# Concorde Travel - bad experience



## ClubMan (6 Mar 2005)

Just to finally note that the travel agent involved in this incident was  based in _Capel Street, Dublin 1_. Notwithstanding the settlement made we will definitely not deal with them again and would not recommend others to do so either based on this experience and their subsequent handling of it. We said as much to them directly too in the course of our lengthy correspondence with them while attempting to gain some redress. We hope to return to _Croatia_ sometime soon but will do so with another tour operator or independently.


----------



## Sherib (7 Mar 2005)

Glad someone got something out of them.  I had a very bad experience with this agency some years ago.  Wouldn't cross the Liffey with them since.  Could say a lot more but won't.  

Would you consider contacting Consumer Affairs?  I got a full refund from Ramada due to their advice.  Deirdre Dolan is legally qualified I believe.  And read of someone in the US getting a full refund even though they had gone on "the holiday".

8)


----------



## ClubMan (7 Mar 2005)

* I had a very bad experience with this agency some years ago.*

Interesting. Booking with them was fine but the problem and how they subsequently dealt with it (or not as was the case for a long time) was unacceptable and betrayed a complete lack of organisation, professionalism and customer care.

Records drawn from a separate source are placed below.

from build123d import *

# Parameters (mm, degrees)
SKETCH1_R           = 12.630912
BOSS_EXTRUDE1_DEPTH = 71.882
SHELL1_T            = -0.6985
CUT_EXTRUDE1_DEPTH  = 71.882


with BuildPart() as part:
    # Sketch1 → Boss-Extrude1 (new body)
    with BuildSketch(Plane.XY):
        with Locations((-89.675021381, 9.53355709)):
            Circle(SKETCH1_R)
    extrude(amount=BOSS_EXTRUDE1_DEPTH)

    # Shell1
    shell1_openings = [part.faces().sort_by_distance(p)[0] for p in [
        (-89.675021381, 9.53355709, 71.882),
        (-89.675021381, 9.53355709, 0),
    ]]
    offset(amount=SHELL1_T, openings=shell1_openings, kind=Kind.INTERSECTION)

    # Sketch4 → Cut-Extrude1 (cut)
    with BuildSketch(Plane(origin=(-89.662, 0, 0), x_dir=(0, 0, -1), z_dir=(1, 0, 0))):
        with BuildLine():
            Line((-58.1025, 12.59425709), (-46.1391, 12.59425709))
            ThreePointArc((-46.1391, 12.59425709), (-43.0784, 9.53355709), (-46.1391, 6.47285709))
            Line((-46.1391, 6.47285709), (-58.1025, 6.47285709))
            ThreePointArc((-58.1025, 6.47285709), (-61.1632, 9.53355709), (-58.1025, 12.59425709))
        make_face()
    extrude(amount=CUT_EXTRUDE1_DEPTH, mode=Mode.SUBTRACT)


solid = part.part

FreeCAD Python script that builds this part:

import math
import FreeCAD as App
import Part
import Sketcher
Q = App.Units.Quantity


def faces_at(feature, points):
    """Names of the faces that lie closest to the given points."""
    faces = feature.Shape.Faces
    near = lambda p: min(range(len(faces)), key=lambda i: faces[i].distToShape(Part.Vertex(*p))[0])
    return sorted({f"Face{near(p) + 1}" for p in points})

doc = App.newDocument("Part")
body = doc.addObject("PartDesign::Body", "Body")

sketch1 = body.newObject("Sketcher::SketchObject", "Sketch")
sketch1.AttachmentSupport = (doc.getObject("XY_Plane"), [""])
sketch1.MapMode = "FlatFace"
sketch1.addGeometry(Part.Circle(App.Vector(-89.675021, 9.533557, 0), App.Vector(0, 0, 1), 12.630912), False)
sketch1.addConstraint(Sketcher.Constraint("Diameter", 0, 25.261824))
sketch1.addConstraint(Sketcher.Constraint("DistanceX", 0, 3, -1, 1, 89.675021))
sketch1.addConstraint(Sketcher.Constraint("DistanceY", -1, 1, 0, 3, 9.533557))
pad1 = body.newObject("PartDesign::Pad", "Pad")
pad1.Profile = sketch1
pad1.Length = Q("2.83 in")
doc.recompute()

thickness = body.newObject("PartDesign::Thickness", "Thickness")
thickness.Base = (pad1, faces_at(pad1, [(-89.675, 9.534, 71.882), (-89.675, 9.534, 0)]))
thickness.Value = Q("0.0275 in")
thickness.Reversed = True
thickness.Join = "Intersection"

sketch2 = body.newObject("Sketcher::SketchObject", "Sketch001")
sketch2.AttachmentSupport = (doc.getObject("YZ_Plane"), [""])
sketch2.MapMode = "FlatFace"
sketch2.AttachmentOffset = App.Placement(App.Vector(0, 0, -3.53 * 25.4), App.Rotation())
sketch2.addGeometry(Part.LineSegment(App.Vector(12.594257, 46.1391, 0), App.Vector(12.594257, 58.1025, 0)), False)
sketch2.addGeometry(Part.ArcOfCircle(Part.Circle(App.Vector(9.533557, 58.1025, 0), App.Vector(0, 0, 1), 3.0607), math.radians(0), math.radians(180)), False)
sketch2.addGeometry(Part.LineSegment(App.Vector(6.472857, 58.1025, 0), App.Vector(6.472857, 46.1391, 0)), False)
sketch2.addGeometry(Part.ArcOfCircle(Part.Circle(App.Vector(9.533557, 46.1391, 0), App.Vector(0, 0, 1), 3.0607), math.radians(180), math.radians(360)), False)
sketch2.addConstraint(Sketcher.Constraint("Tangent", 0, 2, 1, 1))
sketch2.addConstraint(Sketcher.Constraint("Tangent", 1, 2, 2, 1))
sketch2.addConstraint(Sketcher.Constraint("Tangent", 2, 2, 3, 1))
sketch2.addConstraint(Sketcher.Constraint("Tangent", 3, 2, 0, 1))
sketch2.addConstraint(Sketcher.Constraint("Vertical", 0))
sketch2.addConstraint(Sketcher.Constraint("Vertical", 2))
sketch2.addConstraint(Sketcher.Constraint("Radius", 1, Q("0.1205 in")))
sketch2.addConstraint(Sketcher.Constraint("DistanceY", 0, 1, 0, 2, Q("0.471 in")))
sketch2.addConstraint(Sketcher.Constraint("DistanceY", -1, 1, 1, 3, Q("2.2875 in")))
sketch2.addConstraint(Sketcher.Constraint("DistanceX", -1, 1, 1, 3, 9.533557))
pocket1 = body.newObject("PartDesign::Pocket", "Pocket")
pocket1.Profile = sketch2
pocket1.Length = Q("2.83 in")
pocket1.Reversed = True

doc.recompute()
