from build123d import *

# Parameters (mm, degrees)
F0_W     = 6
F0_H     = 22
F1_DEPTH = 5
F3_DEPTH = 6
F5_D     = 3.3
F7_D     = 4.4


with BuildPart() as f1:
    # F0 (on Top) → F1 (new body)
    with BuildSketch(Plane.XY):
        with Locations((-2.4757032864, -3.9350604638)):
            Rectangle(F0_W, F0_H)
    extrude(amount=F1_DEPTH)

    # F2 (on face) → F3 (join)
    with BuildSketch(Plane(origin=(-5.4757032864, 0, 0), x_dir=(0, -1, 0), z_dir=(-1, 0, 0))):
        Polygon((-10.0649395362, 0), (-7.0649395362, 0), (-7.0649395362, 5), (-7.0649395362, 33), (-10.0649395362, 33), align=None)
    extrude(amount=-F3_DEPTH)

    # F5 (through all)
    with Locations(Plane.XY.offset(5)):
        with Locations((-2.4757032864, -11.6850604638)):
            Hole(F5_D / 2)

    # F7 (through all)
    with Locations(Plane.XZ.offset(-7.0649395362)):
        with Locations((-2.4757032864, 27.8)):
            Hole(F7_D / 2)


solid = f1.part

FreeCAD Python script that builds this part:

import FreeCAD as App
import Part
import Sketcher
Q = App.Units.Quantity


def add_polygon(sketch, points):
    """Adds a closed chain of lines whose ends are joined by coincident constraints."""
    first, n = sketch.GeometryCount, len(points)
    for a, b in zip(points, points[1:] + points[:1]):
        sketch.addGeometry(Part.LineSegment(App.Vector(*a, 0), App.Vector(*b, 0)), False)
    for i in range(n):
        sketch.addConstraint(Sketcher.Constraint("Coincident", first + i, 2, first + (i + 1) % n, 1))

doc = App.newDocument("Part")
body = doc.addObject("PartDesign::Body", "Body")

sketch1 = doc.addObject("Sketcher::SketchObject", "Sketch")
body.addObject(sketch1)
sketch1.AttachmentSupport = (doc.XY_Plane, [""])
sketch1.MapMode = "FlatFace"
add_polygon(sketch1, [(-5.475703, 7.06494), (-5.475703, -14.93506), (0.524297, -14.93506), (0.524297, 7.06494)])
sketch1.addConstraint(Sketcher.Constraint("Vertical", 0))
sketch1.addConstraint(Sketcher.Constraint("Horizontal", 1))
sketch1.addConstraint(Sketcher.Constraint("Vertical", 2))
sketch1.addConstraint(Sketcher.Constraint("Horizontal", 3))
sketch1.addConstraint(Sketcher.Constraint("DistanceX", 1, 1, 1, 2, Q("6 mm")))
sketch1.addConstraint(Sketcher.Constraint("DistanceY", 0, 2, 0, 1, Q("22 mm")))
sketch1.addConstraint(Sketcher.Constraint("DistanceY", 0, 2, -1, 1, Q("14.93506 mm")))
sketch1.addConstraint(Sketcher.Constraint("DistanceX", 0, 2, -1, 1, Q("5.475703 mm")))
pad1 = doc.addObject("PartDesign::Pad", "Pad")
body.addObject(pad1)
pad1.Profile = sketch1
pad1.Length = 5

sketch2 = doc.addObject("Sketcher::SketchObject", "Sketch001")
body.addObject(sketch2)
sketch2.AttachmentSupport = (doc.YZ_Plane, [""])
sketch2.MapMode = "FlatFace"
sketch2.AttachmentOffset = App.Placement(App.Vector(0, 0, -5.475703), App.Rotation())
add_polygon(sketch2, [(10.06494, 0), (7.06494, 0), (7.06494, 33), (10.06494, 33)])
sketch2.addConstraint(Sketcher.Constraint("Horizontal", 0))
sketch2.addConstraint(Sketcher.Constraint("Vertical", 1))
sketch2.addConstraint(Sketcher.Constraint("Horizontal", 2))
sketch2.addConstraint(Sketcher.Constraint("Vertical", 3))
sketch2.addConstraint(Sketcher.Constraint("PointOnObject", 0, 2, -1))
sketch2.addConstraint(Sketcher.Constraint("DistanceX", 0, 2, 0, 1, Q("3 mm")))
sketch2.addConstraint(Sketcher.Constraint("DistanceY", 1, 1, 1, 2, Q("33 mm")))
sketch2.addConstraint(Sketcher.Constraint("DistanceX", -1, 1, 0, 2, Q("7.06494 mm")))
pad2 = doc.addObject("PartDesign::Pad", "Pad001")
body.addObject(pad2)
pad2.Profile = sketch2
pad2.Length = 6

sketch3 = doc.addObject("Sketcher::SketchObject", "Sketch002")
body.addObject(sketch3)
sketch3.AttachmentSupport = (doc.XY_Plane, [""])
sketch3.MapMode = "FlatFace"
sketch3.AttachmentOffset = App.Placement(App.Vector(0, 0, 5), App.Rotation())
sketch3.addGeometry(Part.Circle(App.Vector(-2.475703, -11.68506, 0), App.Vector(0, 0, 1), 1.65), False)
sketch3.addConstraint(Sketcher.Constraint("Diameter", 0, Q("3.3 mm")))
sketch3.addConstraint(Sketcher.Constraint("DistanceY", 0, 3, -1, 1, Q("11.68506 mm")))
sketch3.addConstraint(Sketcher.Constraint("DistanceX", 0, 3, -1, 1, Q("2.475703 mm")))
doc.recompute()
hole = doc.addObject("PartDesign::Hole", "Hole")
body.addObject(hole)
hole.Profile = sketch3
hole.ThreadType = "None"
hole.Diameter = 3.3
hole.DepthType = "ThroughAll"

sketch4 = doc.addObject("Sketcher::SketchObject", "Sketch003")
body.addObject(sketch4)
sketch4.AttachmentSupport = (doc.XZ_Plane, [""])
sketch4.MapMode = "FlatFace"
sketch4.AttachmentOffset = App.Placement(App.Vector(0, 0, -7.06494), App.Rotation())
sketch4.addGeometry(Part.Circle(App.Vector(-2.475703, 27.8, 0), App.Vector(0, 0, 1), 2.2), False)
sketch4.addConstraint(Sketcher.Constraint("Diameter", 0, Q("4.4 mm")))
sketch4.addConstraint(Sketcher.Constraint("DistanceY", -1, 1, 0, 3, Q("27.8 mm")))
sketch4.addConstraint(Sketcher.Constraint("DistanceX", 0, 3, -1, 1, Q("2.475703 mm")))
doc.recompute()
hole2 = doc.addObject("PartDesign::Hole", "Hole001")
body.addObject(hole2)
hole2.Profile = sketch4
hole2.ThreadType = "None"
hole2.Diameter = 4.4
hole2.DepthType = "ThroughAll"

doc.recompute()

*Could say a lot more but won't.*

Any chance that you could?

*Would you consider contacting Consumer Affairs?*

I plan to write a letter of complaint to the _IATA_ since their behaviour was in breach of their code of conduct. I might also write to the _ODCA_ while I'm at it. However from a compensatory point of view I conside the matter closed now.

*I got a full refund from Ramada due to their advice.*

I don't understand - was this a _Concorde_ incident and why did the hotel issue a refund?

*Deirdre Dolan is legally qualified I believe.*

Who is she?

*And read of someone in the US getting a full refund even though they had gone on "the holiday".*

Is this also a _Concorde_ incident?


----------



## Sherib (7 Mar 2005)

1. My experience and feelings were/are exactly the same as yours in the first paragraph.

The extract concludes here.